In some embodiments, a method of forming semiconductor device comprises the following steps. First fins are formed protruding from a first device region of a substrate and second fins are formed protruding from a second device region of the substrate, wherein each of the first fins and the second fins comprises alternately stacked first nanostructures and second nanostructures. Sidewalls of the first nanostructures of the second fins are etched to form sidewall recesses, while leaving the first nanostructures of the first fins intact. A first dielectric wall is formed between the first fins and a second dielectric wall between the second fins. The first nanostructures of a first one of the first fins are replaced with a first gate structure. The first nanostructures of a second one of the second fins are replaced with a second gate structure. In some embodiments, the second dielectric wall fills into the sidewall recesses. In some embodiments, the method further comprises etching a third one of the first fins and a fourth one of the second fins to form a first trench and a second trench, respectively, and filling the first trench with a first isolation structure and the second trench with a second isolation structure. In some embodiments, the first gate structure and the first dielectric wall have an interface aligned with a sidewall of the second nanostructures of the first fins. In some embodiments, the second gate structure and the second dielectric wall have an interface misaligned with a sidewall of the second nanostructures. In some embodiments, the first dielectric wall has a maximum width smaller than a maximum width of the second dielectric wall.

In some embodiments, a semiconductor device comprises a first dielectric wall over a substrate, a plurality of first semiconductor nanostructures vertically stacked over the substrate and laterally extending into the first dielectric wall, and a first gate structure wrapping around three sides of each of the plurality of first semiconductor nanostructures. In some embodiments, the first dielectric wall has a sidewall laterally between opposite sidewalls of one of the plurality of first semiconductor nanostructures. In some embodiments, the semiconductor device further comprises a second dielectric wall over the substrate, a plurality of second semiconductor nanostructures vertically stacked over the substrate and without laterally extending into the second dielectric wall, and a second gate structure wrapping around three sides of each of the plurality of second semiconductor nanostructures. In some embodiments, the first dielectric wall and the first gate structure have an upper interface and a lower interface, and the upper interface is misaligned with the lower interface. In some embodiments, the second dielectric wall has a lower width and an upper width greater than the lower width. In some embodiments, the first dielectric wall has a lower width and an upper width different from the lower width. In some embodiments, the lower width of the first dielectric wall is different from the lower width of the second dielectric wall. In some embodiments, the lower width of the first dielectric wall is greater than the lower width of the second dielectric wall.

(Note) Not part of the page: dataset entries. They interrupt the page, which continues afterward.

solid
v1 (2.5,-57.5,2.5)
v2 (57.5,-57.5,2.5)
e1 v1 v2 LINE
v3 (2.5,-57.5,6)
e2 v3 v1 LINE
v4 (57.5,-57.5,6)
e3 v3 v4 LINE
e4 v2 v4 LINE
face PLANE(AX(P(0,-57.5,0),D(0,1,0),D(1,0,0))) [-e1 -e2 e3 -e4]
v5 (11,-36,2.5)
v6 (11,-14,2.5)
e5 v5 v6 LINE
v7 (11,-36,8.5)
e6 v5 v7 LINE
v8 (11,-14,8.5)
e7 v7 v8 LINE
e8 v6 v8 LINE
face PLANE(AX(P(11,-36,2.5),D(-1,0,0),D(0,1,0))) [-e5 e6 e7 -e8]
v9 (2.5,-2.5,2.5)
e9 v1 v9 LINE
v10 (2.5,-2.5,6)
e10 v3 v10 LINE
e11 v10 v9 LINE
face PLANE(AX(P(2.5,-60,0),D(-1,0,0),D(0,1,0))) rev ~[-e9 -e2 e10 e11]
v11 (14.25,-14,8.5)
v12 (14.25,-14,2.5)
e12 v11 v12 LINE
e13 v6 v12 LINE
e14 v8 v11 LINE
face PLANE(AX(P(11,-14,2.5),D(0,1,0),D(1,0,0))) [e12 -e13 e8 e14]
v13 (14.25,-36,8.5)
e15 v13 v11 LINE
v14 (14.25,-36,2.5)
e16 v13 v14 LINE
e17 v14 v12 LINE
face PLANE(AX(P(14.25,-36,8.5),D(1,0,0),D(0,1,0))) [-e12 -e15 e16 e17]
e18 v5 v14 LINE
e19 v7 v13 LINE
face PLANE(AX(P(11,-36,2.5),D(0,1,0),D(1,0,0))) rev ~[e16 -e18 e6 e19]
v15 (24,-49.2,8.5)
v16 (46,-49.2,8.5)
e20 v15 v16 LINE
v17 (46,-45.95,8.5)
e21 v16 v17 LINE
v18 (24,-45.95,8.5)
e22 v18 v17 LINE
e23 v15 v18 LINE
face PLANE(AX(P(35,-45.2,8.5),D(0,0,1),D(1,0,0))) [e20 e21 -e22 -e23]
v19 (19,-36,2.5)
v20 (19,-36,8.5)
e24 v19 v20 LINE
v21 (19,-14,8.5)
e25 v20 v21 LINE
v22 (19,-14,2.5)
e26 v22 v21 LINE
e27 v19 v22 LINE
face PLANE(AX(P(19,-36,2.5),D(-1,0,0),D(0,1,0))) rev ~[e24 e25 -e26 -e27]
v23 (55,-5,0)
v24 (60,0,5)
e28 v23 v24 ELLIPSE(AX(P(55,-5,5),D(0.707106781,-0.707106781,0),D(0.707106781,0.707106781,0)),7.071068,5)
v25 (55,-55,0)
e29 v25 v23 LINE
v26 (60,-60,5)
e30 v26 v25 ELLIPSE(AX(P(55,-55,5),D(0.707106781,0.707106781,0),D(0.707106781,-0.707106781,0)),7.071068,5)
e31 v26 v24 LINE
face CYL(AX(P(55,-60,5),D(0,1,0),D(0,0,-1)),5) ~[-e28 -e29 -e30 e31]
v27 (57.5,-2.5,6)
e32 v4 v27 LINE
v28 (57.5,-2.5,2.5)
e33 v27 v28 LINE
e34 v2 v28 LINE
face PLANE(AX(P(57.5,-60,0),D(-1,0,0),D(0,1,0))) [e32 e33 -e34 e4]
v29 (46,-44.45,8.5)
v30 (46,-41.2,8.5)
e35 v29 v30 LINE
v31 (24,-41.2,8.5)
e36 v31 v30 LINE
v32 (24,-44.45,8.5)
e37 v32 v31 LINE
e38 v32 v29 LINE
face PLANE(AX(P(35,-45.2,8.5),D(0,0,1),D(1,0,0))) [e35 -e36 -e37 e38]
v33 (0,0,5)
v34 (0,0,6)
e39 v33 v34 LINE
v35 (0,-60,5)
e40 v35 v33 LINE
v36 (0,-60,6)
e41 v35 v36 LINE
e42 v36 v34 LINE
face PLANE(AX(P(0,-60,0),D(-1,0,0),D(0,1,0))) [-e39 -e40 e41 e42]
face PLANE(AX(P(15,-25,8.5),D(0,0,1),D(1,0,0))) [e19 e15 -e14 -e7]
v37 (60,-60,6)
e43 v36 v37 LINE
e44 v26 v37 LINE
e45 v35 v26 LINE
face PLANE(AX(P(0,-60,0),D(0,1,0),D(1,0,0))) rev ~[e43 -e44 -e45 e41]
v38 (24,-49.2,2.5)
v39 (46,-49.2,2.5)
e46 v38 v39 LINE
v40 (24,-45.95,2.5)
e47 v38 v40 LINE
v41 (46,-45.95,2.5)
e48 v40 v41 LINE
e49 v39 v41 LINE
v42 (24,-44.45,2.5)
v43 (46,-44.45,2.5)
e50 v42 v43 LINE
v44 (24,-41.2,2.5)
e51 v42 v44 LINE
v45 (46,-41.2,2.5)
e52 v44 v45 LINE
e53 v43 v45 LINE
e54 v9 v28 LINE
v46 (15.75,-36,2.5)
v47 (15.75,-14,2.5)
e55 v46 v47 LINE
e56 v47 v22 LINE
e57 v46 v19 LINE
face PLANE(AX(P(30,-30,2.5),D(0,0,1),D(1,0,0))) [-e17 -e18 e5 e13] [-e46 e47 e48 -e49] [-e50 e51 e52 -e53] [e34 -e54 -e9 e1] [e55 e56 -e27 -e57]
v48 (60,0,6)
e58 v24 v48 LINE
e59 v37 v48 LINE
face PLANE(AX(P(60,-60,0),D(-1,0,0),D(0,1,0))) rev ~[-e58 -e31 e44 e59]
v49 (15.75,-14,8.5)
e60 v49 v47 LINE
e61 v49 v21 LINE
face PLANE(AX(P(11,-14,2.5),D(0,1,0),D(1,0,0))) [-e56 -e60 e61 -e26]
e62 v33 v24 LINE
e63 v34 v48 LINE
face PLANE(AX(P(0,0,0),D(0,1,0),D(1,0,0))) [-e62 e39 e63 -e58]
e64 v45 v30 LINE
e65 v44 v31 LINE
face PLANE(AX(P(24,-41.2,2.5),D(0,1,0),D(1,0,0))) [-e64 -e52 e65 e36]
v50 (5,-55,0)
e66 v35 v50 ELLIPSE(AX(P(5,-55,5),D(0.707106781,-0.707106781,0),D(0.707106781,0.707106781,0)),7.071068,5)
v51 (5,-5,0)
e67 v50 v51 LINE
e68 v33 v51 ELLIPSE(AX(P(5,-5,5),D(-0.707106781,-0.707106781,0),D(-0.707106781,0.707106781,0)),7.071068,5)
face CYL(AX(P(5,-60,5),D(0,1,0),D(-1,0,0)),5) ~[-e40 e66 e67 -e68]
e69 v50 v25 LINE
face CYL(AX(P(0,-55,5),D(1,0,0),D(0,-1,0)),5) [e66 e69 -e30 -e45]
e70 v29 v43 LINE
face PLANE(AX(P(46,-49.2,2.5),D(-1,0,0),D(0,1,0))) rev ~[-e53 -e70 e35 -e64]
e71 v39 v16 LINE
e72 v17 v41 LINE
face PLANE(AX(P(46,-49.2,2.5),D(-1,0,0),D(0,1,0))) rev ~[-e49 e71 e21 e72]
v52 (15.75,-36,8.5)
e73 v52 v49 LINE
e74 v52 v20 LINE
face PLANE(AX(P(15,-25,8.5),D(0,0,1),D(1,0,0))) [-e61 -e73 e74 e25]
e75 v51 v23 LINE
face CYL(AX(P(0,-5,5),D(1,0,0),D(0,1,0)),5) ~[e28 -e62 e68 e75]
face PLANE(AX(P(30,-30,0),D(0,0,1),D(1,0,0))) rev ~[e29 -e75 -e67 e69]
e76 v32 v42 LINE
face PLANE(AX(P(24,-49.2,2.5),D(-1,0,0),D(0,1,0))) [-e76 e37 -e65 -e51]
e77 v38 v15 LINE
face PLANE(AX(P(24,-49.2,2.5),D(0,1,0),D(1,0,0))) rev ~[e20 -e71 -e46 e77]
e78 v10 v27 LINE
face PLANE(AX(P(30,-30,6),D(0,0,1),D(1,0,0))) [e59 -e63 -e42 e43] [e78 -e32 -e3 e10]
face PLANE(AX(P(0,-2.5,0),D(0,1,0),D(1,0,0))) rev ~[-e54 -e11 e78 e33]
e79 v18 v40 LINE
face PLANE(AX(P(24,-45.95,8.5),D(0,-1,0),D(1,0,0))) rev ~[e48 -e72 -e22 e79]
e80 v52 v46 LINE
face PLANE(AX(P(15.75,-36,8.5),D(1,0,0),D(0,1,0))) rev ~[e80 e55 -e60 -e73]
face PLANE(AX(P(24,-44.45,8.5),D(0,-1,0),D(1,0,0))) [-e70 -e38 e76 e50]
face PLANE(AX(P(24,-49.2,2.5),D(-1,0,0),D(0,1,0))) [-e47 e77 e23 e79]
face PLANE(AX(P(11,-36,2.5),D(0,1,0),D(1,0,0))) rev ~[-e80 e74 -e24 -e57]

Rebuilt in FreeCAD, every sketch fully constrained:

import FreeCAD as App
import Part
import Sketcher
from FreeCAD import Vector


def edges_at(feature, points):
    """Names of the edges that pass closest to the given points."""
    edges = feature.Shape.Edges
    near = lambda p: min(range(len(edges)), key=lambda i: edges[i].distToShape(Part.Vertex(*p))[0])
    return sorted({f"Edge{near(p) + 1}" for p in points})


def faces_at(feature, points):
    """Names of the faces that lie closest to the given points."""
    faces = feature.Shape.Faces
    near = lambda p: min(range(len(faces)), key=lambda i: faces[i].distToShape(Part.Vertex(*p))[0])
    return sorted({f"Face{near(p) + 1}" for p in points})

doc = App.newDocument("Part")
body = doc.addObject("PartDesign::Body", "Body")

# Sketch on XY plane
sketch1 = body.newObject("Sketcher::SketchObject", "Sketch")
sketch1.AttachmentSupport = (doc.getObject("XY_Plane"), [""])
sketch1.MapMode = "FlatFace"
sketch1.addGeometry(Part.LineSegment(Vector(0, 0, 0), Vector(0, -60, 0)), False)
sketch1.addGeometry(Part.LineSegment(Vector(0, -60, 0), Vector(60, -60, 0)), False)
sketch1.addGeometry(Part.LineSegment(Vector(60, -60, 0), Vector(60, 0, 0)), False)
sketch1.addGeometry(Part.LineSegment(Vector(60, 0, 0), Vector(0, 0, 0)), False)
sketch1.addConstraint(Sketcher.Constraint("Coincident", 0, 2, 1, 1))
sketch1.addConstraint(Sketcher.Constraint("Coincident", 1, 2, 2, 1))
sketch1.addConstraint(Sketcher.Constraint("Coincident", 2, 2, 3, 1))
sketch1.addConstraint(Sketcher.Constraint("Coincident", 3, 2, 0, 1))
sketch1.addConstraint(Sketcher.Constraint("Vertical", 0))
sketch1.addConstraint(Sketcher.Constraint("Horizontal", 1))
sketch1.addConstraint(Sketcher.Constraint("Vertical", 2))
sketch1.addConstraint(Sketcher.Constraint("Horizontal", 3))
sketch1.addConstraint(Sketcher.Constraint("Coincident", 3, 2, -1, 1))
sketch1.addConstraint(Sketcher.Constraint("Equal", 3, 0))
sketch1.addConstraint(Sketcher.Constraint("DistanceX", 1, 1, 1, 2, 60.0))
pad1 = body.newObject("PartDesign::Pad", "Pad")
pad1.Profile = sketch1
pad1.Length = 6
doc.recompute()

The foregoing outlines features of several embodiments so that those skilled in the art may better understand the aspects of the present disclosure. Those skilled in the art should appreciate that they may readily use the present disclosure as a basis for designing or modifying other processes and structures for carrying out the same purposes and/or achieving the same advantages of the embodiments introduced herein. Those skilled in the art should also realize that such equivalent constructions do not depart from the spirit and scope of the present disclosure, and that they may make various changes, substitutions, and alterations herein without departing from the spirit and scope of the present disclosure.